I'm uncertain as to what you mean by "...at the same time."
If you are uncertain as to the underlying structure for a set of variables, and have no prior evidence, claim, or theory as to what that structure should be, then EFA is certainly a viable option for exploring and making initial judgments as to what factor space might be appropriate.
Once you determine a defensible candidate structure, it is certainly a good idea to verify that the structure can adequately account for observed relationships among the variables by using CFA with data not used to derive the EFA.
The reason for not applying to the very same data as used for the EFA is the concern that the EFA process can be opportunistic, resulting in a solution which overfits the data set from which it was derived, and therefore may not generalize.
You can find a number of published studies in which author/s have taken part of data set to derive a candidate structure via EFA, then evaluated that structure, via CFA, with the remainder of the data set.
If this doesn't address your concern, perhaps you could elaborate.

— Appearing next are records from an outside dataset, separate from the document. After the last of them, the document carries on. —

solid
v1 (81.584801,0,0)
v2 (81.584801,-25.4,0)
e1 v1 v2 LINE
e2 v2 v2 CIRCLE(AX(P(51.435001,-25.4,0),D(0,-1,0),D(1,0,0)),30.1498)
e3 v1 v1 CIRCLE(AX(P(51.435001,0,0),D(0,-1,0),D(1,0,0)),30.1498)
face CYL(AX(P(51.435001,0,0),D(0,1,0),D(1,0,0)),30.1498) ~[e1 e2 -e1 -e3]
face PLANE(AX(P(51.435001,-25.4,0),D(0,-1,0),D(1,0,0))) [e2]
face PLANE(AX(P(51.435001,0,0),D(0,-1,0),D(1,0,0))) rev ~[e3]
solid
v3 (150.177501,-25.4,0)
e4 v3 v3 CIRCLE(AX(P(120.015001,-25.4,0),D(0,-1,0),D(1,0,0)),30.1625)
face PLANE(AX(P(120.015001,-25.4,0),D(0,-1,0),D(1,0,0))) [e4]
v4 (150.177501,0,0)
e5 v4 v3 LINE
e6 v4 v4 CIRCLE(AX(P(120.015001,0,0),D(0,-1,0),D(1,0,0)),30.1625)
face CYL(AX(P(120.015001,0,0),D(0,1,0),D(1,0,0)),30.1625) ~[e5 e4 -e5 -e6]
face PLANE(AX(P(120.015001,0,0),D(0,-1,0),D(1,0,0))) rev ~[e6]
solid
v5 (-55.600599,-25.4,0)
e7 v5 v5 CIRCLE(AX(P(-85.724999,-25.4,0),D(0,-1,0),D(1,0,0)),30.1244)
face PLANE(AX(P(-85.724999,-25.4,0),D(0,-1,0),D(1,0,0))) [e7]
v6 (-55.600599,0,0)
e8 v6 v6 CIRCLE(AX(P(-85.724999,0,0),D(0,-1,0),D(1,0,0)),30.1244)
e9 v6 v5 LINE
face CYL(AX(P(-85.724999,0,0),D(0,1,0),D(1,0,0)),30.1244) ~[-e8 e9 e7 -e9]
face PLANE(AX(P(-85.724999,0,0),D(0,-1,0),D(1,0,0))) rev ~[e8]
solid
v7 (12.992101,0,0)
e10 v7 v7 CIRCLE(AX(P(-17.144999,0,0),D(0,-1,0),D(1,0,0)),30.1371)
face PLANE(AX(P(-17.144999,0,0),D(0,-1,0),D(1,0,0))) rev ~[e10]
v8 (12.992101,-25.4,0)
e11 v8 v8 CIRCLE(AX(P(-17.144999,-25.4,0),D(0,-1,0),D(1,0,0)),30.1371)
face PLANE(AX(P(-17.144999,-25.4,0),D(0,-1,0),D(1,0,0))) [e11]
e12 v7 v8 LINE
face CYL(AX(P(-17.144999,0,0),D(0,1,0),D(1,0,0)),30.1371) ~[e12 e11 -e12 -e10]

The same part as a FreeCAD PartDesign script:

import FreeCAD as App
import Part
import Sketcher

V = App.Vector
Q = App.Units.Quantity

doc = App.newDocument("Part")
body = doc.addObject("PartDesign::Body", "Body")
body.AllowCompound = True

sketch1 = doc.addObject("Sketcher::SketchObject", "Sketch")
body.addObject(sketch1)
sketch1.AttachmentSupport = (doc.XZ_Plane, [""])
sketch1.MapMode = "FlatFace"
sketch1.addGeometry([
    Part.Circle(V(-86, 0, 0), V(0, 0, 1), 30),
    Part.Circle(V(-17, 0, 0), V(0, 0, 1), 30),
    Part.Circle(V(51, 0, 0), V(0, 0, 1), 30),
    Part.Circle(V(120, 0, 0), V(0, 0, 1), 30),
], False)
sketch1.addConstraint([
    Sketcher.Constraint("PointOnObject", 0, 3, -1),
    Sketcher.Constraint("PointOnObject", 1, 3, -1),
    Sketcher.Constraint("PointOnObject", 2, 3, -1),
    Sketcher.Constraint("PointOnObject", 3, 3, -1),
    Sketcher.Constraint("Diameter", 0, Q("2.372 in")),
    Sketcher.Constraint("Diameter", 1, Q("2.373 in")),
    Sketcher.Constraint("Diameter", 2, Q("2.374 in")),
    Sketcher.Constraint("Diameter", 3, Q("2.375 in")),
    Sketcher.Constraint("DistanceX", 0, 3, 1, 3, Q("2.7 in")),
    Sketcher.Constraint("DistanceX", 1, 3, 2, 3, Q("2.7 in")),
    Sketcher.Constraint("DistanceX", 2, 3, 3, 3, Q("2.7 in")),
    Sketcher.Constraint("DistanceX", 0, 3, -1, 1, Q("3.375 in")),
])
pad1 = doc.addObject("PartDesign::Pad", "Pad")
body.addObject(pad1)
pad1.Profile = sketch1
pad1.Length = Q("1 in")

doc.recompute()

Hello dear David Morse Thank you for answer. I've heard that once a scale has been developed, DFA on the initial data to be obtained is flawed. Because CFA shows the fit of a previously tested scale. However, the newly developed scale has not been tested before. Therefore, CFA should not be performed for the newly developed scale. As a result, it is exactly a question mark to apply both EFA and CFA to the collected data for the newly developed scale. However, I could not find a reference to confirm this information. Can you provide a reference to support what I wrote?
Hello Dear Robert Trevethan tahnk you for answer. Suppose you are developing a scale, EFA was performed in the pre-test (pilot) study and would it be correct to perform CFA in the next application? Because in practice, it is imperfect to make both EFA and CFA again. I have question marks about this.

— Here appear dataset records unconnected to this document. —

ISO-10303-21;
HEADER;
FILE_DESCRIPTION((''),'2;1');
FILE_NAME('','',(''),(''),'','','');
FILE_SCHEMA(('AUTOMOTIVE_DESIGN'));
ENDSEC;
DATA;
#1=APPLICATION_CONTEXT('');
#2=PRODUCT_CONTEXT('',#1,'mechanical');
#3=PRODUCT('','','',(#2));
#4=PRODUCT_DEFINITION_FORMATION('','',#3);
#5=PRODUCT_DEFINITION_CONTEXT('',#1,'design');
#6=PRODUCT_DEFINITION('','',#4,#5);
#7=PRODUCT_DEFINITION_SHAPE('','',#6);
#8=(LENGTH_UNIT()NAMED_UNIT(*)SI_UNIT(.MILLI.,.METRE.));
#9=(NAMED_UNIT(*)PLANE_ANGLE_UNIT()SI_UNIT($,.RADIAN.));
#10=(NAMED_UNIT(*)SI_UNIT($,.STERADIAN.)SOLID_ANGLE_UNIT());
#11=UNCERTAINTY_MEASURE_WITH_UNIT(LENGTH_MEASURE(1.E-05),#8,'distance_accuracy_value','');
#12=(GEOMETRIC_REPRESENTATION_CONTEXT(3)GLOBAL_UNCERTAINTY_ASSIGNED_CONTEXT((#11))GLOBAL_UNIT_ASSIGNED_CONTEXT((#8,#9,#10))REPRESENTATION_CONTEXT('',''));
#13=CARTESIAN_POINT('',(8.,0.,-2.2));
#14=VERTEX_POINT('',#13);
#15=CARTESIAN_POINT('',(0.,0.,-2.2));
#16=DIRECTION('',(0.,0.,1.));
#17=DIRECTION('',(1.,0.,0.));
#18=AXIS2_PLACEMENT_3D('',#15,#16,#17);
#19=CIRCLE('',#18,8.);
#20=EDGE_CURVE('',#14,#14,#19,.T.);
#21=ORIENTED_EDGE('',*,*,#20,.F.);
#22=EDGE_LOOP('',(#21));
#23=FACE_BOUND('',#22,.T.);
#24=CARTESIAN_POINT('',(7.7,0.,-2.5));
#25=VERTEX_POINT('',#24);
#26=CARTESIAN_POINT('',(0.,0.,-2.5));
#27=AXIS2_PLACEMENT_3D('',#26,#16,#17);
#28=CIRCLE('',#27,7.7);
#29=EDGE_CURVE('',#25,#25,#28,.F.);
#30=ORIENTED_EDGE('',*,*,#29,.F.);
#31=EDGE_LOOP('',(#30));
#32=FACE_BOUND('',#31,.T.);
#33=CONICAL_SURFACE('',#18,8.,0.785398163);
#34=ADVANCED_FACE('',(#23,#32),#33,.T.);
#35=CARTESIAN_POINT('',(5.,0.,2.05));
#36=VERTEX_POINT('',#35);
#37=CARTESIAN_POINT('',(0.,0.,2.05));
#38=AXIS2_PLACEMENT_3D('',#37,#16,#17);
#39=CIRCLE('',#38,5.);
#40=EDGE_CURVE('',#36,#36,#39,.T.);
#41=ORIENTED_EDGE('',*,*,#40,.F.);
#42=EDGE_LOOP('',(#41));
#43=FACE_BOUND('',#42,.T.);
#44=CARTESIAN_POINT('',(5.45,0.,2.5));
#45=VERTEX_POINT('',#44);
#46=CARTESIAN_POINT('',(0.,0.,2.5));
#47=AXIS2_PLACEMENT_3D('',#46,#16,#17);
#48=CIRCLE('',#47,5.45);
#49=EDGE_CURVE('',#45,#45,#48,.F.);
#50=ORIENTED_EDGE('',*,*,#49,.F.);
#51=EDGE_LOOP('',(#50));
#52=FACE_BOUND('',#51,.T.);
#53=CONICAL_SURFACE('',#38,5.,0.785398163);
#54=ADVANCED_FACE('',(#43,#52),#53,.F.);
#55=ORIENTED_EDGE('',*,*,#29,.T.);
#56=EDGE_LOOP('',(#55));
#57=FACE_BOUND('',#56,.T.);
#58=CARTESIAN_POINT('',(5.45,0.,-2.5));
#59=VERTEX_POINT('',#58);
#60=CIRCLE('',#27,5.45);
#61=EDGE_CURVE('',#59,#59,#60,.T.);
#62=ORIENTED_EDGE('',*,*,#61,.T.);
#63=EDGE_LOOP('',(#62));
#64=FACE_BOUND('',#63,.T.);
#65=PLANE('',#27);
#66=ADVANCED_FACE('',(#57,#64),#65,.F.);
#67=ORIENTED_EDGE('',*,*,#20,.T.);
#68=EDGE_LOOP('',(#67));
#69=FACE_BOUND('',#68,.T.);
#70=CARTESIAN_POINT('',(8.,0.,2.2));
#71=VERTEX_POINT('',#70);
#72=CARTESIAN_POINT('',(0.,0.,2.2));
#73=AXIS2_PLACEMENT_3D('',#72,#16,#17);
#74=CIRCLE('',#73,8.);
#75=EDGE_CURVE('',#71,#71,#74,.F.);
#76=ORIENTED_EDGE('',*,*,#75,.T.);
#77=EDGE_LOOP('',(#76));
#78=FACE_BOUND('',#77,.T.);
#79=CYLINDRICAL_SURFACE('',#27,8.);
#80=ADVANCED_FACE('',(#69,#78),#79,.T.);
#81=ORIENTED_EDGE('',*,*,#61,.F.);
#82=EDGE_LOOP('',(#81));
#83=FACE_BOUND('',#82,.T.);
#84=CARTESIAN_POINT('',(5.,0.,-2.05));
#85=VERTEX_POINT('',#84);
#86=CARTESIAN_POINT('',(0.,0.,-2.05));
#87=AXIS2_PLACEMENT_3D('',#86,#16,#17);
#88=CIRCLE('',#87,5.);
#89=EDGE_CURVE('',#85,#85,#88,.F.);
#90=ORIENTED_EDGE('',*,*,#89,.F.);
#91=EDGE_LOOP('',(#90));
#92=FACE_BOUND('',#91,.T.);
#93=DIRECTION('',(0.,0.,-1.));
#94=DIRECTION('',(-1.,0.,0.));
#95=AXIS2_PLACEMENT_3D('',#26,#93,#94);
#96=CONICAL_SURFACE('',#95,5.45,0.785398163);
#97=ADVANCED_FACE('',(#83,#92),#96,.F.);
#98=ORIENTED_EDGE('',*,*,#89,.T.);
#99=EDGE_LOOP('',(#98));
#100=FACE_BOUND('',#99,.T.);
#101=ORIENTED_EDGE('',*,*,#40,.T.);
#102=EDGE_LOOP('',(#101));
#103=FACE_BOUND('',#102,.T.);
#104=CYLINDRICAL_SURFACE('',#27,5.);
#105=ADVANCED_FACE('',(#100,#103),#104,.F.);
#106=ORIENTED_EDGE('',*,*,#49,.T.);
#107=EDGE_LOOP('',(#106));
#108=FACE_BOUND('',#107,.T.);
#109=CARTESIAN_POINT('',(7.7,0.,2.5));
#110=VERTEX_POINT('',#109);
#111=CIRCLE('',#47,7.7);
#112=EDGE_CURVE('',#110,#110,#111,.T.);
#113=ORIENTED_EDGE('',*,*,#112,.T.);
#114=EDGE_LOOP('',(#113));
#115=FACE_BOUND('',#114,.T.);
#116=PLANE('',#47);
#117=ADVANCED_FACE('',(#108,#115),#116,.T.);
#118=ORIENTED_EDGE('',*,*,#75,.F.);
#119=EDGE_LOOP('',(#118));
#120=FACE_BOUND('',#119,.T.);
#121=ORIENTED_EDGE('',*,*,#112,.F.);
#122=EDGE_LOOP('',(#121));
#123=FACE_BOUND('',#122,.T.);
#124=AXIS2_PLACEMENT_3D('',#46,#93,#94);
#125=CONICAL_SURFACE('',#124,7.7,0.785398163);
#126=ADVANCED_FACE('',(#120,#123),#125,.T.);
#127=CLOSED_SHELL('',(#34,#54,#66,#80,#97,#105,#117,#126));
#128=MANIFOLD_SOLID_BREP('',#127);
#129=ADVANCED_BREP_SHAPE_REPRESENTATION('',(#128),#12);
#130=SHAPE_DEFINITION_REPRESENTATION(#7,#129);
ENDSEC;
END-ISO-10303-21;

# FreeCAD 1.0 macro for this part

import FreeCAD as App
import Part
import Sketcher
from FreeCAD import Vector
Q = App.Units.Quantity


def edges_at(feature, points):
    """Names of the edges that pass closest to the given points."""
    edges = feature.Shape.Edges
    near = lambda p: min(range(len(edges)), key=lambda i: edges[i].distToShape(Part.Vertex(*p))[0])
    return sorted({f"Edge{near(p) + 1}" for p in points})

doc = App.newDocument("Part")
params = doc.addObject("Spreadsheet::Sheet", "Params")
for row, (alias, value) in enumerate([
    ("sketch1_diameter", "16 mm"),
    ("sketch1_diameter2", "10 mm"),
    ("pad1_length", "2.5 mm"),
    ("pad1_length2", "2.5 mm"),
    ("chamfer_size", "0.3 mm"),
    ("chamfer2_size", "0.45 mm"),
], start=1):
    params.set(f"A{row}", alias)
    params.set(f"B{row}", "=" + value)
    params.setAlias(f"B{row}", alias)

body = doc.addObject("PartDesign::Body", "Body")

# Sketch on XY plane
sketch1 = doc.addObject("Sketcher::SketchObject", "Sketch")
body.addObject(sketch1)
sketch1.AttachmentSupport = (doc.XY_Plane, [""])
sketch1.MapMode = "FlatFace"
sketch1.addGeometry([
    Part.Circle(Vector(0, 0, 0), Vector(0, 0, 1), 8),
    Part.Circle(Vector(0, 0, 0), Vector(0, 0, 1), 5),
], False)
sketch1.addConstraint([
    Sketcher.Constraint("Coincident", 0, 3, -1, 1),
    Sketcher.Constraint("Coincident", 1, 3, -1, 1),
    Sketcher.Constraint("Diameter", 0, Q("16 mm")),
    Sketcher.Constraint("Diameter", 1, Q("10 mm")),
])
sketch1.setExpression("Constraints[2]", "Params.sketch1_diameter")
sketch1.setExpression("Constraints[3]", "Params.sketch1_diameter2")
pad1 = doc.addObject("PartDesign::Pad", "Pad")
body.addObject(pad1)
pad1.Profile = sketch1
pad1.Type = "TwoLengths"
pad1.setExpression("Length", "Params.pad1_length")
pad1.setExpression("Length2", "Params.pad1_length2")
doc.recompute()

chamfer = doc.addObject("PartDesign::Chamfer", "Chamfer")
body.addObject(chamfer)
chamfer.Base = (pad1, edges_at(pad1, [(-8, 0, -2.5), (-8, 0, 2.5)]))
chamfer.setExpression("Size", "Params.chamfer_size")
doc.recompute()

chamfer2 = doc.addObject("PartDesign::Chamfer", "Chamfer001")
body.addObject(chamfer2)
chamfer2.Base = (chamfer, edges_at(chamfer, [(-5, 0, -2.5), (-5, 0, 2.5)]))
chamfer2.setExpression("Size", "Params.chamfer2_size")

doc.recompute()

Given a sufficiently large total sample, you could randomly divide it into an exploratory subsample and a confirmatory subsample. Normally, one should make these of roughly equal size. The EFA would both inform the CFA, notably in the absence of compelling theoretical insight, and avoid the CFA's capitalizing on chance from the EFA results because the two sets of results would be from independent samples.
I would precede the EFA with a parallel analysis because selecting the right. number of factors to extract and rotate is the most important decision one makes in conducting a factor analysis.
Omer Sari, I also want refrences for the same issue. Have you find any references related to applying EFA and CFA to different set of data for validation of a new scale? And is the data divided equally or is there any set percentage referenced in any article or book?